2. Elastic collision with the screen:

• The collision is elastic, and the screen is rigid and moves horizontally. This means the vertical component of the ball's velocity remains unchanged during the collision.
• Let the ball's horizontal velocity just before collision be $u_{1x} = u_h$.
• The screen's velocity is $v_S = -v_0$ (negative sign indicates motion towards A).
• Let the ball's horizontal velocity just after collision be $v_{2x}$.
• For an elastic collision, the relative speed of approach equals the relative speed of separation. Relative velocity of ball with respect to screen before collision: $u_{rel,i} = u_{1x} - v_S = u_h - (-v_0) = u_h + v_0$. Relative velocity of ball with respect to screen after collision: $u_{rel,f} = v_{2x} - v_S = v_{2x} - (-v_0) = v_{2x} + v_0$.
• Since the collision is elastic, $u_{rel,f} = -u_{rel,i}$: $v_{2x} + v_0 = -(u_h + v_0)$ $v_{2x} = -u_h - 2v_0$
• So, after collision, the ball's horizontal velocity is $-(u_h + 2v_0)$, meaning its speed is $(u_h + 2v_0)$ directed towards A (to the left).

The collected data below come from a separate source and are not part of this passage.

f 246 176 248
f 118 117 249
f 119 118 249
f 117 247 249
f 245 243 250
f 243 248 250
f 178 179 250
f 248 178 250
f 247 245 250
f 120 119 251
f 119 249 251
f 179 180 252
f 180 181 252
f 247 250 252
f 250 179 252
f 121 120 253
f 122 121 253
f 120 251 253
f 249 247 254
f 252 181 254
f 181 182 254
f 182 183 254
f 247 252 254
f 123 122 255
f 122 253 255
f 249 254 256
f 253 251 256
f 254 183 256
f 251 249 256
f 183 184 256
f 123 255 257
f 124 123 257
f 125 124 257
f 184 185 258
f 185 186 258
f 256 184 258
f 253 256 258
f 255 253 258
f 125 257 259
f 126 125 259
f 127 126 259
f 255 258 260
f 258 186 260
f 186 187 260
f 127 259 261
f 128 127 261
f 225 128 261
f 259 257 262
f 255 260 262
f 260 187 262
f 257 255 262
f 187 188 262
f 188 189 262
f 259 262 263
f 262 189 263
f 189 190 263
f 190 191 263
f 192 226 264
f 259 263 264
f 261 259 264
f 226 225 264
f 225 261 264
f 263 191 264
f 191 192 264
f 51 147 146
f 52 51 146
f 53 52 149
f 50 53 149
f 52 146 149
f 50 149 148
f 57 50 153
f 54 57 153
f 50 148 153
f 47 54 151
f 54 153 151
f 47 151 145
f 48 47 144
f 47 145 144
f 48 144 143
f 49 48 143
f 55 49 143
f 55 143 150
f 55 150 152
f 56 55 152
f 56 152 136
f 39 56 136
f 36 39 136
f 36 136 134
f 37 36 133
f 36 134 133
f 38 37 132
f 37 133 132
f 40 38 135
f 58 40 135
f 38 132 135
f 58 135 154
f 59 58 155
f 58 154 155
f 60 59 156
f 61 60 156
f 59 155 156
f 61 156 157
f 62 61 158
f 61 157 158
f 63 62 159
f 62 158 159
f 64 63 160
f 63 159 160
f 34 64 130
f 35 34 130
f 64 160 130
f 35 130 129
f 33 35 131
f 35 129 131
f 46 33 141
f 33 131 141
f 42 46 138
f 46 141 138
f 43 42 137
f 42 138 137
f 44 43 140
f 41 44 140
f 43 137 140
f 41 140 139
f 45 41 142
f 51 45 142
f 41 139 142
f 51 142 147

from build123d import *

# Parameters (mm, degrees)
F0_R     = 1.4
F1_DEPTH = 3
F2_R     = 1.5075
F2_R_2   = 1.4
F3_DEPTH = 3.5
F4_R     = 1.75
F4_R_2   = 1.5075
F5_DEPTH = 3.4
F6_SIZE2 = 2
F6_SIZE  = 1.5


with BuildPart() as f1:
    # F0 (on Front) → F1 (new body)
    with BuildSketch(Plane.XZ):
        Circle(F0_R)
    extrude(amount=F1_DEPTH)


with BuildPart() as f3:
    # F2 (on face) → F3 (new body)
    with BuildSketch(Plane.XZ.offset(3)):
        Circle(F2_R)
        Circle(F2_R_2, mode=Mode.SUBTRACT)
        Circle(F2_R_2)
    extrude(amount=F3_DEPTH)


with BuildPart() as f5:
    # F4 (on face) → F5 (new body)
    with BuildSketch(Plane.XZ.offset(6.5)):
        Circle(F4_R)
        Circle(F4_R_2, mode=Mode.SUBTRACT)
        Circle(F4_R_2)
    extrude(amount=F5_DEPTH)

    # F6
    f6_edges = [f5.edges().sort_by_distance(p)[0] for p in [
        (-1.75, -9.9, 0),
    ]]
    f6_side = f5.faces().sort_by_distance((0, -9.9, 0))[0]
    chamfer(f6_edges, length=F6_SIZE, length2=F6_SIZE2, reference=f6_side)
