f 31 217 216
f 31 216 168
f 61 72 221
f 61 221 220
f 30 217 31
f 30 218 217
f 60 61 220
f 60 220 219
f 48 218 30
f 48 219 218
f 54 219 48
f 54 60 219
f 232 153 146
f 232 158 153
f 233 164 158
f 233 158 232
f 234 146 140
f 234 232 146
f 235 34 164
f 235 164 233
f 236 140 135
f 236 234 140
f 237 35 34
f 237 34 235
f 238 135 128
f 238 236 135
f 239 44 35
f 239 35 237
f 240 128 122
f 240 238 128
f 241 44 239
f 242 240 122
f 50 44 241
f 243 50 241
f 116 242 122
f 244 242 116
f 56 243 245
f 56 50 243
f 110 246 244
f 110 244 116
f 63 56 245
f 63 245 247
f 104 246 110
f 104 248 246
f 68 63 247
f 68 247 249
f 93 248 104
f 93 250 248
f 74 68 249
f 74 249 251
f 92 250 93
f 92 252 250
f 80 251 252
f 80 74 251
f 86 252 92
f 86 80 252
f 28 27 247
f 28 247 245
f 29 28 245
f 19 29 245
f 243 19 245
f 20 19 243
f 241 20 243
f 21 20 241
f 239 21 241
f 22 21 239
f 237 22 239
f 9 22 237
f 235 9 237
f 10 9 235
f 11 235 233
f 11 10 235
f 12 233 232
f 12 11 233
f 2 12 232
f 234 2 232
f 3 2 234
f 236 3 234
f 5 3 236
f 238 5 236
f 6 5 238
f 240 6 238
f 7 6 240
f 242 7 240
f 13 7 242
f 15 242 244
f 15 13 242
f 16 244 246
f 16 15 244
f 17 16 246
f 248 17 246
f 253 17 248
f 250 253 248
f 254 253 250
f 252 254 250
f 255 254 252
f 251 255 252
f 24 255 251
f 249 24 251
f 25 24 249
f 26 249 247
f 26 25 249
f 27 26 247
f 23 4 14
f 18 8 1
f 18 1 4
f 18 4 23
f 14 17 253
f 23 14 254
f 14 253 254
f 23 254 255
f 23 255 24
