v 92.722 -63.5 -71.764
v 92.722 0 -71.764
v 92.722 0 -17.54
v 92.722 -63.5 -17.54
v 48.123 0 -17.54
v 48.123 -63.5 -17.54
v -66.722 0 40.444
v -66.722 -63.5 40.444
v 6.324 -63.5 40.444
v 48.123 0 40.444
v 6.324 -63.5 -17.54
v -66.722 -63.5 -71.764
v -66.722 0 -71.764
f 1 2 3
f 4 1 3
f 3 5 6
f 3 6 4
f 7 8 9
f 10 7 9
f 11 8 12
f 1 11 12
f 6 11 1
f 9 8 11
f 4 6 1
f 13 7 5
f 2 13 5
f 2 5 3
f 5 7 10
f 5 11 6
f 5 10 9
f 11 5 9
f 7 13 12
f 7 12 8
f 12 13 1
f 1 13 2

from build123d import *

# Parameters (mm, degrees)
F0_W     = 159.44358
F0_H     = 118.819759
F1_DEPTH = 63.5
F2_W     = 44.598654
F2_H     = 64.595787
F3_DEPTH = 66.802
F5_DEPTH = 64.595786
F6_W     = 126.061455
F6_H     = 6.612033
F7_DEPTH = 70.866


with BuildPart() as f1:
    # F0 (on Front) → F1 (new body)
    with BuildSketch(Plane.XZ):
        with Locations((13.00003, -12.35427)):
            Rectangle(F0_W, F0_H)
    extrude(amount=F1_DEPTH)

    # F2 (on face) → F3 (cut)
    with BuildSketch(Plane.XZ.offset(63.5)):
        with Locations((70.422493, 14.757716)):
            Rectangle(F2_W, F2_H)
    extrude(amount=-F3_DEPTH, mode=Mode.SUBTRACT)

    # F4 (on face) → F5 (cut, through all)
    with BuildSketch(Plane.XY.offset(47.05561)):
        Polygon((48.123166, -63.5), (48.123166, 0), (6.32387, -63.5), align=None)
    extrude(amount=-F5_DEPTH, mode=Mode.SUBTRACT)

    # F6 (on face) → F7 (cut)
    with BuildSketch(Plane.XZ.offset(63.5)):
        with Locations((-3.691033, 43.749593)):
            Rectangle(F6_W, F6_H)
    extrude(amount=-F7_DEPTH, mode=Mode.SUBTRACT)


solid = f1.part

3. Motion after collision:

• The ball starts from $x_C$ with horizontal velocity $v_{2x} = -(u_h + 2v_0)$ and lands at point B, which is at a distance $l_2$ from A. So, its final x-coordinate is $x_B = l_2$.
• Let $t_2$ be the time taken for the ball to travel from the collision point to point B. $x_B = x_C + v_{2x} t_2$ $l_2 = \frac{u_h l_1}{u_h + v_0} - (u_h + 2v_0) t_2$
• Solving for $t_2$: $(u_h + 2v_0) t_2 = \frac{u_h l_1}{u_h + v_0} - l_2$ $t_2 = \frac{1}{u_h + 2v_0} \left( \frac{u_h l_1}{u_h + v_0} - l_2 \right)$

4. Total time of flight:

• The ball is projected from the ground (A) and lands back on the ground (B). The total time of flight $T$ for a projectile motion from ground to ground is given by: $T = \frac{2 u_v}{g}$
• The total time of flight is also the sum of time before collision and time after collision: $T = t_1 + t_2$. $\frac{2 u_v}{g} = \frac{l_1}{u_h + v_0} + \frac{1}{u_h + 2v_0} \left( \frac{u_h l_1}{u_h + v_0} - l_2 \right)$
• Combine the terms on the right side by finding a common denominator: $\frac{2 u_v}{g} = \frac{l_1(u_h + 2v_0) + (u_h + v_0) \left( \frac{u_h l_1}{u_h + v_0} - l_2 \right)}{(u_h + v_0)(u_h + 2v_0)}$ $\frac{2 u_v}{g} = \frac{l_1 u_h + 2l_1 v_0 + u_h l_1 - l_2(u_h + v_0)}{(u_h + v_0)(u_h + 2v_0)}$ $\frac{2 u_v}{g} = \frac{2u_h l_1 + 2l_1 v_0 - l_2 u_h - l_2 v_0}{(u_h + v_0)(u_h + 2v_0)}$ $\frac{2 u_v}{g} = \frac{u_h(2l_1 - l_2) + v_0(2l_1 - l_2)}{(u_h + v_0)(u_h + 2v_0)}$ $\frac{2 u_v}{g} = \frac{(u_h + v_0)(2l_1 - l_2)}{(u_h + v_0)(u_h + 2v_0)}$
• Assuming $u_h + v_0 \neq 0$ (which is true as $u_h, v_0 > 0$), we can cancel the $(u_h + v_0)$ term: $\frac{2 u_v}{g} = \frac{2l_1 - l_2}{u_h + 2v_0}$

5. Determine the angle of projection:

• From the simplified equation, we can find $u_h$: $u_h + 2v_0 = \frac{g(2l_1 - l_2)}{2 u_v}$ $u_h = \frac{g(2l_1 - l_2)}{2 u_v} - 2v_0$
• Let $\alpha$ be the angle of projection with the horizontal. We know that $\tan\alpha = \frac{u_v}{u_h}$. $\tan\alpha = \frac{u_v}{\frac{g(2l_1 - l_2)}{2 u_v} - 2v_0}$ $\tan\alpha = \frac{u_v}{\frac{g(2l_1 - l_2) - 4u_v v_0}{2 u_v}}$ $\tan\alpha = \frac{2 u_v^2}{g(2l_1 - l_2) - 4u_v v_0}$

The angle of projection is $\alpha = \arctan\left(\frac{2 u_v^2}{g(2l_1 - l_2) - 4u_v v_0}\right)$.